Gli attuali sostenitori dell’ideologia liberale sembrano mostrare un atteggiamento sorprendente di indifferenza nei confronti di ciò che appare come una sorta di “dossieraggio” nei confronti dei magistrati, utilizzato dal vicepremier Matteo Salvini per scrutare le loro opinioni e forse persino i loro gusti nella moda, simile a quanto accadeva durante l’era di Berlusconi. Allo stesso tempo, sembrano sentirsi minacciati solo dalle toghe “politicizzate”, ma solamente se queste sono “rosse”.
D’altra parte, ci sono i liberali d’un tempo, come Piero Calamandrei, che mettevano in guardia sull’influenza del clima politico sulle decisioni dei giudici e sulla loro indipendenza, soprattutto quando si diffondono liste di proscrizione contro i magistrati sospettati di simpatie comuniste. Calamandrei sottolineava che quando si respira un clima di disfattismo costituzionale, diventa più difficile per i giudici assumere il compito faticoso e spesso pericoloso di difendere la Costituzione dagli abusi del governo.

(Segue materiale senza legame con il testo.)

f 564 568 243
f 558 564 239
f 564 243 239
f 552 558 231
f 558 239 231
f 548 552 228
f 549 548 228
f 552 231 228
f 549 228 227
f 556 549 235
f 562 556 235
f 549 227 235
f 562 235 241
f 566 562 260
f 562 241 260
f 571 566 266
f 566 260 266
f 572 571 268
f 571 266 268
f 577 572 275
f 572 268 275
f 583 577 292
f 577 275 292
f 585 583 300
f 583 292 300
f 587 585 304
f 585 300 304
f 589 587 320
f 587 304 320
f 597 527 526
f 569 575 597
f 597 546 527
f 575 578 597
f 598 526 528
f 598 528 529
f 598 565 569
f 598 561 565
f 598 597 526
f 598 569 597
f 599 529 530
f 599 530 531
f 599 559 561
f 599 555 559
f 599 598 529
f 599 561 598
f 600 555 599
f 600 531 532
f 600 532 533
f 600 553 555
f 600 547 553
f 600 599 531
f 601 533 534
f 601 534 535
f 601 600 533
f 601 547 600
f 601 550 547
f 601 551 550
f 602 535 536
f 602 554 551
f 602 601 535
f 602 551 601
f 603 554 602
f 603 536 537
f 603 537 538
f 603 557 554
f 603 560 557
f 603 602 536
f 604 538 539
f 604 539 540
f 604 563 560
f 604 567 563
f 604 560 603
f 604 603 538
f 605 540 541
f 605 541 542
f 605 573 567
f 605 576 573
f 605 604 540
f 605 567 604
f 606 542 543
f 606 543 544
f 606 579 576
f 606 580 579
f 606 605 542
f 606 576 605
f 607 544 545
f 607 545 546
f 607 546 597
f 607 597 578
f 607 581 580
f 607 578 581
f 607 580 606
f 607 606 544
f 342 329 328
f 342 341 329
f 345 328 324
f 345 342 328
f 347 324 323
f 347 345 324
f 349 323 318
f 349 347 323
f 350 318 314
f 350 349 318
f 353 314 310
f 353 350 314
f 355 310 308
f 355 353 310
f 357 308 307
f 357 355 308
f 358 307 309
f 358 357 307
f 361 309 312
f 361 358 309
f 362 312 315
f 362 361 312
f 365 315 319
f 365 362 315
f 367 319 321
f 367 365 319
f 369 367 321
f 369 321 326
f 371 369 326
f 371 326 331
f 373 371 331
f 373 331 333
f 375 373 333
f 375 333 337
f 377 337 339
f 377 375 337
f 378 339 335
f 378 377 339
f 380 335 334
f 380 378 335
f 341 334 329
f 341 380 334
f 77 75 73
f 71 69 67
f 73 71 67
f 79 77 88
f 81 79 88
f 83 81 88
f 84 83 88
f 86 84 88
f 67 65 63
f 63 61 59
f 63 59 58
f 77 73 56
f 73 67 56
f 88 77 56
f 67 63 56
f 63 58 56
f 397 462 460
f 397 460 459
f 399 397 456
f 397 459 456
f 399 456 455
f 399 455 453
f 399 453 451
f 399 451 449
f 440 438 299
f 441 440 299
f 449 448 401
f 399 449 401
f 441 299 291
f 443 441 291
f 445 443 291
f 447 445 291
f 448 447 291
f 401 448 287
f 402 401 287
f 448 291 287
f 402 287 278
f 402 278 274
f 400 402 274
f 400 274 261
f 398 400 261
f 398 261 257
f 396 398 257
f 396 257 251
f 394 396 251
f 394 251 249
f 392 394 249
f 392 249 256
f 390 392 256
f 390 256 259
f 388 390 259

Gli attuali sostenitori del liberalismo sembrano considerare il tweet della presidente del Consiglio Meloni come un semplice “commento”, nel quale lei non si limita a dichiarare di essere “sorpresa dalla sentenza del giudice di Catania”, ma usa toni da dichiarazione di guerra sostenendo che questa decisione si oppone ai provvedimenti di un governo democraticamente eletto e annunciando che continueranno a difendere la legalità e i confini dello stato italiano senza paura. D’altra parte, i liberali del passato denunciavano il pericolo del “conformismo giudiziario, dell’indifferenza burocratica e dell’irresponsabilità anonima” dei giudici, spiegando che una sentenza non è il risultato di un calcolo matematico, ma la conclusione di una scelta morale, e sottolineavano che i giudici devono essere indipendenti e guidati solo dalla loro coscienza.

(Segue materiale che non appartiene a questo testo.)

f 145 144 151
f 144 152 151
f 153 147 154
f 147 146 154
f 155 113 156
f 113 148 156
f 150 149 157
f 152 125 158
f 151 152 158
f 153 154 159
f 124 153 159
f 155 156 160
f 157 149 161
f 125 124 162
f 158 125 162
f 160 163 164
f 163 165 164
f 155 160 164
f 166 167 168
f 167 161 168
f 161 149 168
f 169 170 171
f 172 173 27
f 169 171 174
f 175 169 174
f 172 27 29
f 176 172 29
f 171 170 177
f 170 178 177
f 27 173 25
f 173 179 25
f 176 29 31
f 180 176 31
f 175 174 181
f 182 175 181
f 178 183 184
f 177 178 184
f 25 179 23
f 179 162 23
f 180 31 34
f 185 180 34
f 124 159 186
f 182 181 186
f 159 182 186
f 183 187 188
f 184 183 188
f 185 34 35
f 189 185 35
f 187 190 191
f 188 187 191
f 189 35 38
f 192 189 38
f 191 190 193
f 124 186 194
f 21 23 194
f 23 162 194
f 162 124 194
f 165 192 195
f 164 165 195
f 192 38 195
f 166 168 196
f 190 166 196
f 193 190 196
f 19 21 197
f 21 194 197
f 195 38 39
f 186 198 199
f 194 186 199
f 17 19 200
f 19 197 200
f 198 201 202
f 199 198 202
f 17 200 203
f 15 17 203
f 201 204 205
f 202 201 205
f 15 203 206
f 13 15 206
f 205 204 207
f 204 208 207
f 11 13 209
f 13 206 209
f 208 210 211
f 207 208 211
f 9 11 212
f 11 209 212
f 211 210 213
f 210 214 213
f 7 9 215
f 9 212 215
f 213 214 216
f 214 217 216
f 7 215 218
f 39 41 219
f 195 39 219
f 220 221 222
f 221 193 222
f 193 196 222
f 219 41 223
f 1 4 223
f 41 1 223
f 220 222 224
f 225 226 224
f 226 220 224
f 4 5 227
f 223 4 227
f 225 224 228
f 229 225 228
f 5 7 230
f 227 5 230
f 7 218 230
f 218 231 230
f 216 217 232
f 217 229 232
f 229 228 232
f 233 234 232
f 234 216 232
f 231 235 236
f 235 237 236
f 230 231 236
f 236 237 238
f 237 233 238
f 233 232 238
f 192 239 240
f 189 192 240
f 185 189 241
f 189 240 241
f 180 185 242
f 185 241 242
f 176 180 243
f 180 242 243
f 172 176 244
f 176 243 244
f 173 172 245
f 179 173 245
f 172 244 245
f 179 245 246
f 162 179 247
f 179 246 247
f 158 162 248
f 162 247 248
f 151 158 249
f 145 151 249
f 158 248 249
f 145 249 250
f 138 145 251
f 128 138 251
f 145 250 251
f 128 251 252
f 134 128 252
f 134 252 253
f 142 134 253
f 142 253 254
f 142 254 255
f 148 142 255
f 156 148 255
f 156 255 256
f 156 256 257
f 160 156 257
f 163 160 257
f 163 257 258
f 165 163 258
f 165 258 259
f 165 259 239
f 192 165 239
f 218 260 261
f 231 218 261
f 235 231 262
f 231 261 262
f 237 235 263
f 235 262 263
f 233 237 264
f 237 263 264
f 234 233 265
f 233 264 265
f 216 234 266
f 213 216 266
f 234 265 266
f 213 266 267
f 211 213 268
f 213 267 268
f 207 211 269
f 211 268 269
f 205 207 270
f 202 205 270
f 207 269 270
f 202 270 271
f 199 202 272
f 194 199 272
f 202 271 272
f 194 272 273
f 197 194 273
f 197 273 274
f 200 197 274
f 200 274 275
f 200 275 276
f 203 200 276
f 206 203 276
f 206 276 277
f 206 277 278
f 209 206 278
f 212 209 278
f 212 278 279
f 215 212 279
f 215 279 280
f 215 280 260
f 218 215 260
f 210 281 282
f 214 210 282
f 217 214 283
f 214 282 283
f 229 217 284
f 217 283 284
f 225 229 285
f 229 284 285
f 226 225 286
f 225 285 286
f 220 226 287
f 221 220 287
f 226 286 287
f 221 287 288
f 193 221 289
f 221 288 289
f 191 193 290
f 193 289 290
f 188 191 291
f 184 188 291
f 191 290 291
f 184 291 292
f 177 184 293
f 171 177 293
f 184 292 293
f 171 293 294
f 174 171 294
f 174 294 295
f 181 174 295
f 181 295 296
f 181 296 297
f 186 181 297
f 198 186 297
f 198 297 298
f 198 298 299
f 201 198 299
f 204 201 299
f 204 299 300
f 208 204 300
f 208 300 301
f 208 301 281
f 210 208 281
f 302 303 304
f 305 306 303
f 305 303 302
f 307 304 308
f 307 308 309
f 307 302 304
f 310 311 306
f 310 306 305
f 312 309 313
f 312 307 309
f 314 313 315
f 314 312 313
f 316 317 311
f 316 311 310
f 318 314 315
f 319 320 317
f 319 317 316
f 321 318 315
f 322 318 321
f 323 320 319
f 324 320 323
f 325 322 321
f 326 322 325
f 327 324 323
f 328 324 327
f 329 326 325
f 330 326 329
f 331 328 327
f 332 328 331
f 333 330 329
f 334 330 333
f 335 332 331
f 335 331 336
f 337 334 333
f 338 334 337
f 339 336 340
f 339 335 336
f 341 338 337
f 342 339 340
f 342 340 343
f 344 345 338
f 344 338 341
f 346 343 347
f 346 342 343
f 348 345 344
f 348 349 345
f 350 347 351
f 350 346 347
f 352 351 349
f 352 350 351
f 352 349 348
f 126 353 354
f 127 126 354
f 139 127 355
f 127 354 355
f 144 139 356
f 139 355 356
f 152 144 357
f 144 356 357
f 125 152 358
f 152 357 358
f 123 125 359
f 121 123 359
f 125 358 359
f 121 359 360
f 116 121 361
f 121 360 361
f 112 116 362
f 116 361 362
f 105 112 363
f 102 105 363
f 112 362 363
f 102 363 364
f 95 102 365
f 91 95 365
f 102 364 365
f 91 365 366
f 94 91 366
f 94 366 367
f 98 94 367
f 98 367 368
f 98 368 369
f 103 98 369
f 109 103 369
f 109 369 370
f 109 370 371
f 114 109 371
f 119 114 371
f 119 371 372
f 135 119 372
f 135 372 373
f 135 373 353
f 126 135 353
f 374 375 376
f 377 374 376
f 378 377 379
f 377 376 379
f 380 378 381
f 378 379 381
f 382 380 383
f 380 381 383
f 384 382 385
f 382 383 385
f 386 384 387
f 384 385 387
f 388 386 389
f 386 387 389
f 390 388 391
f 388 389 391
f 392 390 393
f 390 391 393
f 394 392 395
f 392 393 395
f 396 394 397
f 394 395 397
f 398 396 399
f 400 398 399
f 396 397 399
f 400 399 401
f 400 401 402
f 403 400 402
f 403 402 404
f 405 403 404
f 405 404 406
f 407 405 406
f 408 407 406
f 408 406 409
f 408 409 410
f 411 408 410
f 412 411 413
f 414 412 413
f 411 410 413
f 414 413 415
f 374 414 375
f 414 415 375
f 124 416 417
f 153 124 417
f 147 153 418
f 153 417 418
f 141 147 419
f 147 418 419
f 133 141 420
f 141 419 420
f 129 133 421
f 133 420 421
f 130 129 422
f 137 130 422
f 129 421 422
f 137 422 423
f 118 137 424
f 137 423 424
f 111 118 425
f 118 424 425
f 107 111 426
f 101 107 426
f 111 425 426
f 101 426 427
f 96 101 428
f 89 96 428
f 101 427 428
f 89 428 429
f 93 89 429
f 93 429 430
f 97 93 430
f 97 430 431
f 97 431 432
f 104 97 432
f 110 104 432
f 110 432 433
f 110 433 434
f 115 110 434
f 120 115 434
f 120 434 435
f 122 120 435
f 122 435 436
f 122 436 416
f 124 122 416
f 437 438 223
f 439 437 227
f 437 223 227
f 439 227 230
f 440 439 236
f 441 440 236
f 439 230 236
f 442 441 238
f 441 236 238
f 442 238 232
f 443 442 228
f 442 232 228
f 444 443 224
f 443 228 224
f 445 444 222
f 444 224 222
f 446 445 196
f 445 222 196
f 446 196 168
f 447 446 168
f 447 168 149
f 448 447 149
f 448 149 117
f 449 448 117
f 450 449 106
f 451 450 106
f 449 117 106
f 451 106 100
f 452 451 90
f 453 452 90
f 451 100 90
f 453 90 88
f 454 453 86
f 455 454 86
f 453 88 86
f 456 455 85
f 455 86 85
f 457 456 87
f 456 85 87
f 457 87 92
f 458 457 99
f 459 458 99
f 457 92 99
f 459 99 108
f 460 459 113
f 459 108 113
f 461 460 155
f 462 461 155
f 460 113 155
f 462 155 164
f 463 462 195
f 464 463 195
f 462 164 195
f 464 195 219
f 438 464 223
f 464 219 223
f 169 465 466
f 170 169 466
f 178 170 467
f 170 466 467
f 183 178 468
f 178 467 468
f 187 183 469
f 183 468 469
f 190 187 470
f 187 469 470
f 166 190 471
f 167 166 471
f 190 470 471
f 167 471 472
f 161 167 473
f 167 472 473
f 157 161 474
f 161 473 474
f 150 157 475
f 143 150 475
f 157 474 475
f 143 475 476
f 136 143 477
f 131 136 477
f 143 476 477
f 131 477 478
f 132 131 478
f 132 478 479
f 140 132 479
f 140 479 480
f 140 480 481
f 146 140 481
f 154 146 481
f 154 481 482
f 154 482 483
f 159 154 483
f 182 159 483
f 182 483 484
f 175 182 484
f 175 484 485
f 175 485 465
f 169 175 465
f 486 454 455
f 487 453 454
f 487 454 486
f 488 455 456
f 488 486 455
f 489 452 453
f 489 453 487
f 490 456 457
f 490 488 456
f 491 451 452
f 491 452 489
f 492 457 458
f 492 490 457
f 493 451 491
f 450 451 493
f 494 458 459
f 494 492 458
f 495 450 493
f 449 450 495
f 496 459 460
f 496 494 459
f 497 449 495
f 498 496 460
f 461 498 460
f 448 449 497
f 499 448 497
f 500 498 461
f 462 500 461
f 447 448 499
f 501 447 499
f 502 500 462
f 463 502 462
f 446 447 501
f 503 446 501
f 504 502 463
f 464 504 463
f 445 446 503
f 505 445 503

La differenza tra i liberali di ieri e di oggi sembra abissale e non più un baluardo politico e culturale contro l’ingerenza del governo di destra nei confronti dei giudici e degli organi di controllo in generale. Non è necessario avere squadre armate per essere preoccupati; quanto accaduto finora è sufficiente, con schedature di giudici e di altri non allineati alla cultura di destra che ricompaiono periodicamente. Questo è già successo a molti colleghi, e se questa tendenza di accondiscendenza verso la cultura illiberale continuerà, succederà ancora. La parola d’ordine sembra essere minimizzare la reazione del governo o addirittura accusare i giudici di fare politica, un’accusa vuota e dannosa che non contribuisce a una necessaria riflessione critica sugli eventi di quegli anni, ma solo a confondere i cittadini e a minare gradualmente la democrazia nel disinteresse generale.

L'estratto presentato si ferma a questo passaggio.